| Task to complete |
The entries are to be duplicated exactly, with nothing left out.

| The input |
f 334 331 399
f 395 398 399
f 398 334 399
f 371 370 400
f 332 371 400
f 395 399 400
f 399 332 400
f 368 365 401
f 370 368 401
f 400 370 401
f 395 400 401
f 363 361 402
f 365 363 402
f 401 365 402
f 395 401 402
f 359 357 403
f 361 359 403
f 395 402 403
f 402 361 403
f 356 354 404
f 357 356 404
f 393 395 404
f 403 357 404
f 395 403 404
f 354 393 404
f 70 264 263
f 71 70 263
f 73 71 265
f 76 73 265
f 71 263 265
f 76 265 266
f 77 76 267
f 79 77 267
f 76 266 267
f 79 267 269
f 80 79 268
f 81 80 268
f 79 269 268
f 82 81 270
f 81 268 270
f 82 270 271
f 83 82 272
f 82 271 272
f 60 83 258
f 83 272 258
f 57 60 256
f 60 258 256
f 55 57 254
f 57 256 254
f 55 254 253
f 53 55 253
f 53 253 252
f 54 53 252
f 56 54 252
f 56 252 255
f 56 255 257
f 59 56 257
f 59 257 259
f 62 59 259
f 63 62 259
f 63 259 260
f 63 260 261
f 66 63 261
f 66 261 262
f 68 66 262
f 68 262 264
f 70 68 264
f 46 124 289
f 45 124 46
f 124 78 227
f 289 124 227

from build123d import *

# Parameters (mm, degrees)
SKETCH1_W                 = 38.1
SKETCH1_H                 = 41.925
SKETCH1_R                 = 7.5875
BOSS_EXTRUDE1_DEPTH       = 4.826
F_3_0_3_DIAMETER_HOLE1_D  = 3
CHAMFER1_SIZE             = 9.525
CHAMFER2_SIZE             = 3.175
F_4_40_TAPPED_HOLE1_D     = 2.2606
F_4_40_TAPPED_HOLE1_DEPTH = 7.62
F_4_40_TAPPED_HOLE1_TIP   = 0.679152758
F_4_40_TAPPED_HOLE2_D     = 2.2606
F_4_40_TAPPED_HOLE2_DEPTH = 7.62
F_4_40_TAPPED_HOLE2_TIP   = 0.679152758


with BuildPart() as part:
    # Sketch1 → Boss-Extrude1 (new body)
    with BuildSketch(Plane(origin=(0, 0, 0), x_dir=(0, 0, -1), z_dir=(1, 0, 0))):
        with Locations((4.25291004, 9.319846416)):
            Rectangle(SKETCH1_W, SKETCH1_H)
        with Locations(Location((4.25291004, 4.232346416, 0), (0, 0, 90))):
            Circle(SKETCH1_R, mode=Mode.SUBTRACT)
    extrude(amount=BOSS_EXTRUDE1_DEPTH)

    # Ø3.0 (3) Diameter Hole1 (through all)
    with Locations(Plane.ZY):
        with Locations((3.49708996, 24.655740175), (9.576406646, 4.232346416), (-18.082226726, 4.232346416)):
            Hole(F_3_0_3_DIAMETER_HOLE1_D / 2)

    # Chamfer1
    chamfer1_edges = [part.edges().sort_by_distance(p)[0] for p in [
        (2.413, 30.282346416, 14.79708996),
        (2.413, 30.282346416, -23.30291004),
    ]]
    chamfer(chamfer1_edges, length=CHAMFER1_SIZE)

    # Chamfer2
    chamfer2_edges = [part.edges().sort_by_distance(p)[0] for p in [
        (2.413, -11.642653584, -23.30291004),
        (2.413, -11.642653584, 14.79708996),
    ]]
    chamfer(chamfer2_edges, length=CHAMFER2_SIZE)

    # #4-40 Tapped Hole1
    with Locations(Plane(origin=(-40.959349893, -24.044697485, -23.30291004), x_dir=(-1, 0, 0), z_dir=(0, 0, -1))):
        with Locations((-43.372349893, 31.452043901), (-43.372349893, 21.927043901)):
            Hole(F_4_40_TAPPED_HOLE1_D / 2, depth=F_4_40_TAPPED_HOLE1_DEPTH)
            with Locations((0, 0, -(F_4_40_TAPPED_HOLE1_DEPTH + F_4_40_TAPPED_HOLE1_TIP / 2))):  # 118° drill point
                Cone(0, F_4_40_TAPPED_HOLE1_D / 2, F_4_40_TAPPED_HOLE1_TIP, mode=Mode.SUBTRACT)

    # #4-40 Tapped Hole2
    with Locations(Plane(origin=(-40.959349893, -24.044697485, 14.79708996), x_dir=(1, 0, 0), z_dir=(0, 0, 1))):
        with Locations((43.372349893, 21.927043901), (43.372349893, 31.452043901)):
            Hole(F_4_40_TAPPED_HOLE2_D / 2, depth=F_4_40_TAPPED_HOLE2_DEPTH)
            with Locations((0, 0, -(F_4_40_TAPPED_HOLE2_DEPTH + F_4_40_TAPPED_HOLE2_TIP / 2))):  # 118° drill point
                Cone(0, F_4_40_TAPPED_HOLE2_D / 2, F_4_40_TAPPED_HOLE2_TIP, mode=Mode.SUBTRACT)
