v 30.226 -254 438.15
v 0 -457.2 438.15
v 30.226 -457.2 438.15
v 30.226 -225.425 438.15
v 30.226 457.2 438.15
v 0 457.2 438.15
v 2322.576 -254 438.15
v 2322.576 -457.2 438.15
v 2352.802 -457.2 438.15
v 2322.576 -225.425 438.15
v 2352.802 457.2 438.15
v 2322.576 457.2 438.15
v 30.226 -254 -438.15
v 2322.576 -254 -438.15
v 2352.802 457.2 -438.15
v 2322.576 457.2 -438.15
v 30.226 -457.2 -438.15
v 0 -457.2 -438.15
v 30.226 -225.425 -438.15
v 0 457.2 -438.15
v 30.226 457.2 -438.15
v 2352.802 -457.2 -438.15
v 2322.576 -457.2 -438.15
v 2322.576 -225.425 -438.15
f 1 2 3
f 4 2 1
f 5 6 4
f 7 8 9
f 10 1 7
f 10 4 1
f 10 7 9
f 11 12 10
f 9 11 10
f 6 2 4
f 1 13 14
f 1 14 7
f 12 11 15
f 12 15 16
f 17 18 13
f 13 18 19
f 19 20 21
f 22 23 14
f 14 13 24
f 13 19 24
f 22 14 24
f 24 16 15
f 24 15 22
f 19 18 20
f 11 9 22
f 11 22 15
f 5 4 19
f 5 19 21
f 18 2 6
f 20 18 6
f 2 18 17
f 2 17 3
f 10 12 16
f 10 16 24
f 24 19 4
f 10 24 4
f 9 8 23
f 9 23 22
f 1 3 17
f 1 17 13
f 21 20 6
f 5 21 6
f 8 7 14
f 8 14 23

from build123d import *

# Parameters (mm, degrees)
F0_W     = 914.4
F0_H     = 876.3
F1_DEPTH = 30.226
F2_W     = 28.575
F2_H     = 876.3
F3_DEPTH = 2292.35
F5_DEPTH = 876.3


with BuildPart() as f1:
    # F0 (on Right) → F1 (new body)
    with BuildSketch(Plane.YZ):
        Rectangle(F0_W, F0_H)
    extrude(amount=F1_DEPTH)

    # F2 (on face) → F3 (join)
    with BuildSketch(Plane.YZ.offset(30.226)):
        with Locations((-239.7125, 0)):
            Rectangle(F2_W, F2_H)
    extrude(amount=F3_DEPTH)

    # F4 (on face) → F5 (join)
    with BuildSketch(Plane.XY.offset(438.15)):
        Polygon((2322.576, -225.425), (2322.576, -254), (2322.576, -457.2), (2352.802, -457.2), (2352.802, 457.2), (2322.576, 457.2), align=None)
    extrude(amount=-F5_DEPTH)


solid = f1.part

| Written answer |
f 334 331 399
f 395 398 399
f 398 334 399
f 371 370 400
f 332 371 400
f 395 399 400
f 399 332 400
f 368 365 401
f 370 368 401
f 400 370 401
f 395 400 401
f 363 361 402
f 365 363 402
f 401 365 402
f 395 401 402
f 359 357 403
f 361 359 403
f 395 402 403
f 402 361 403
f 356 354 404
f 357 356 404
f 393 395 404
f 403 357 404
f 395 403 404
f 354 393 404
f 70 264 263
f 71 70 263
f 73 71 265
f 76 73 265
f 71 263 265
f 76 265 266
f 77 76 267
f 79 77 267
f 76 266 267
f 79 267 269
f 80 79 268
f 81 80 268
f 79 269 268
f 82 81 270
f 81 268 270
f 82 270 271
f 83 82 272
f 82 271 272
f 60 83 258
f 83 272 258
f 57 60 256
f 60 258 256
f 55 57 254
f 57 256 254
f 55 254 253
f 53 55 253
f 53 253 252
f 54 53 252
f 56 54 252
f 56 252 255
f 56 255 257
f 59 56 257
f 59 257 259
f 62 59 259
f 63 62 259
f 63 259 260
f 63 260 261
f 66 63 261
f 66 261 262
f 68 66 262
f 68 262 264
f 70 68 264
f 46 124 289
f 45 124 46
f 124 78 227
f 289 124 227

from build123d import *

# Parameters (mm, degrees)
SKETCH1_W                 = 38.1
SKETCH1_H                 = 41.925
SKETCH1_R                 = 7.5875
BOSS_EXTRUDE1_DEPTH       = 4.826
F_3_0_3_DIAMETER_HOLE1_D  = 3
CHAMFER1_SIZE             = 9.525
CHAMFER2_SIZE             = 3.175
F_4_40_TAPPED_HOLE1_D     = 2.2606
F_4_40_TAPPED_HOLE1_DEPTH = 7.62
F_4_40_TAPPED_HOLE1_TIP   = 0.679152758
F_4_40_TAPPED_HOLE2_D     = 2.2606
F_4_40_TAPPED_HOLE2_DEPTH = 7.62
F_4_40_TAPPED_HOLE2_TIP   = 0.679152758


with BuildPart() as part:
    # Sketch1 → Boss-Extrude1 (new body)
    with BuildSketch(Plane(origin=(0, 0, 0), x_dir=(0, 0, -1), z_dir=(1, 0, 0))):
        with Locations((4.25291004, 9.319846416)):
            Rectangle(SKETCH1_W, SKETCH1_H)
        with Locations(Location((4.25291004, 4.232346416, 0), (0, 0, 90))):
            Circle(SKETCH1_R, mode=Mode.SUBTRACT)
    extrude(amount=BOSS_EXTRUDE1_DEPTH)

    # Ø3.0 (3) Diameter Hole1 (through all)
    with Locations(Plane.ZY):
        with Locations((3.49708996, 24.655740175), (9.576406646, 4.232346416), (-18.082226726, 4.232346416)):
            Hole(F_3_0_3_DIAMETER_HOLE1_D / 2)

    # Chamfer1
    chamfer1_edges = [part.edges().sort_by_distance(p)[0] for p in [
        (2.413, 30.282346416, 14.79708996),
        (2.413, 30.282346416, -23.30291004),
    ]]
    chamfer(chamfer1_edges, length=CHAMFER1_SIZE)

    # Chamfer2
    chamfer2_edges = [part.edges().sort_by_distance(p)[0] for p in [
        (2.413, -11.642653584, -23.30291004),
        (2.413, -11.642653584, 14.79708996),
    ]]
    chamfer(chamfer2_edges, length=CHAMFER2_SIZE)

    # #4-40 Tapped Hole1
    with Locations(Plane(origin=(-40.959349893, -24.044697485, -23.30291004), x_dir=(-1, 0, 0), z_dir=(0, 0, -1))):
        with Locations((-43.372349893, 31.452043901), (-43.372349893, 21.927043901)):
            Hole(F_4_40_TAPPED_HOLE1_D / 2, depth=F_4_40_TAPPED_HOLE1_DEPTH)
            with Locations((0, 0, -(F_4_40_TAPPED_HOLE1_DEPTH + F_4_40_TAPPED_HOLE1_TIP / 2))):  # 118° drill point
                Cone(0, F_4_40_TAPPED_HOLE1_D / 2, F_4_40_TAPPED_HOLE1_TIP, mode=Mode.SUBTRACT)

    # #4-40 Tapped Hole2
    with Locations(Plane(origin=(-40.959349893, -24.044697485, 14.79708996), x_dir=(1, 0, 0), z_dir=(0, 0, 1))):
        with Locations((43.372349893, 21.927043901), (43.372349893, 31.452043901)):
            Hole(F_4_40_TAPPED_HOLE2_D / 2, depth=F_4_40_TAPPED_HOLE2_DEPTH)
            with Locations((0, 0, -(F_4_40_TAPPED_HOLE2_DEPTH + F_4_40_TAPPED_HOLE2_TIP / 2))):  # 118° drill point
                Cone(0, F_4_40_TAPPED_HOLE2_D / 2, F_4_40_TAPPED_HOLE2_TIP, mode=Mode.SUBTRACT)
v 30.226 -254 438.15
v 0 -457.2 438.15
v 30.226 -457.2 438.15
v 30.226 -225.425 438.15
v 30.226 457.2 438.15
v 0 457.2 438.15
v 2322.576 -254 438.15
v 2322.576 -457.2 438.15
v 2352.802 -457.2 438.15
v 2322.576 -225.425 438.15
v 2352.802 457.2 438.15
v 2322.576 457.2 438.15
v 30.226 -254 -438.15
v 2322.576 -254 -438.15
v 2352.802 457.2 -438.15
v 2322.576 457.2 -438.15
v 30.226 -457.2 -438.15
v 0 -457.2 -438.15
v 30.226 -225.425 -438.15
v 0 457.2 -438.15
v 30.226 457.2 -438.15
v 2352.802 -457.2 -438.15
v 2322.576 -457.2 -438.15
v 2322.576 -225.425 -438.15
f 1 2 3
f 4 2 1
f 5 6 4
f 7 8 9
f 10 1 7
f 10 4 1
f 10 7 9
f 11 12 10
f 9 11 10
f 6 2 4
f 1 13 14
f 1 14 7
f 12 11 15
f 12 15 16
f 17 18 13
f 13 18 19
f 19 20 21
f 22 23 14
f 14 13 24
f 13 19 24
f 22 14 24
f 24 16 15
f 24 15 22
f 19 18 20
f 11 9 22
f 11 22 15
f 5 4 19
f 5 19 21
f 18 2 6
f 20 18 6
f 2 18 17
f 2 17 3
f 10 12 16
f 10 16 24
f 24 19 4
f 10 24 4
f 9 8 23
f 9 23 22
f 1 3 17
f 1 17 13
f 21 20 6
f 5 21 6
f 8 7 14
f 8 14 23

from build123d import *

# Parameters (mm, degrees)
F0_W     = 914.4
F0_H     = 876.3
F1_DEPTH = 30.226
F2_W     = 28.575
F2_H     = 876.3
F3_DEPTH = 2292.35
F5_DEPTH = 876.3


with BuildPart() as f1:
    # F0 (on Right) → F1 (new body)
    with BuildSketch(Plane.YZ):
        Rectangle(F0_W, F0_H)
    extrude(amount=F1_DEPTH)

    # F2 (on face) → F3 (join)
    with BuildSketch(Plane.YZ.offset(30.226)):
        with Locations((-239.7125, 0)):
            Rectangle(F2_W, F2_H)
    extrude(amount=F3_DEPTH)

    # F4 (on face) → F5 (join)
    with BuildSketch(Plane.XY.offset(438.15)):
        Polygon((2322.576, -225.425), (2322.576, -254), (2322.576, -457.2), (2352.802, -457.2), (2352.802, 457.2), (2322.576, 457.2), align=None)
    extrude(amount=-F5_DEPTH)


solid = f1.part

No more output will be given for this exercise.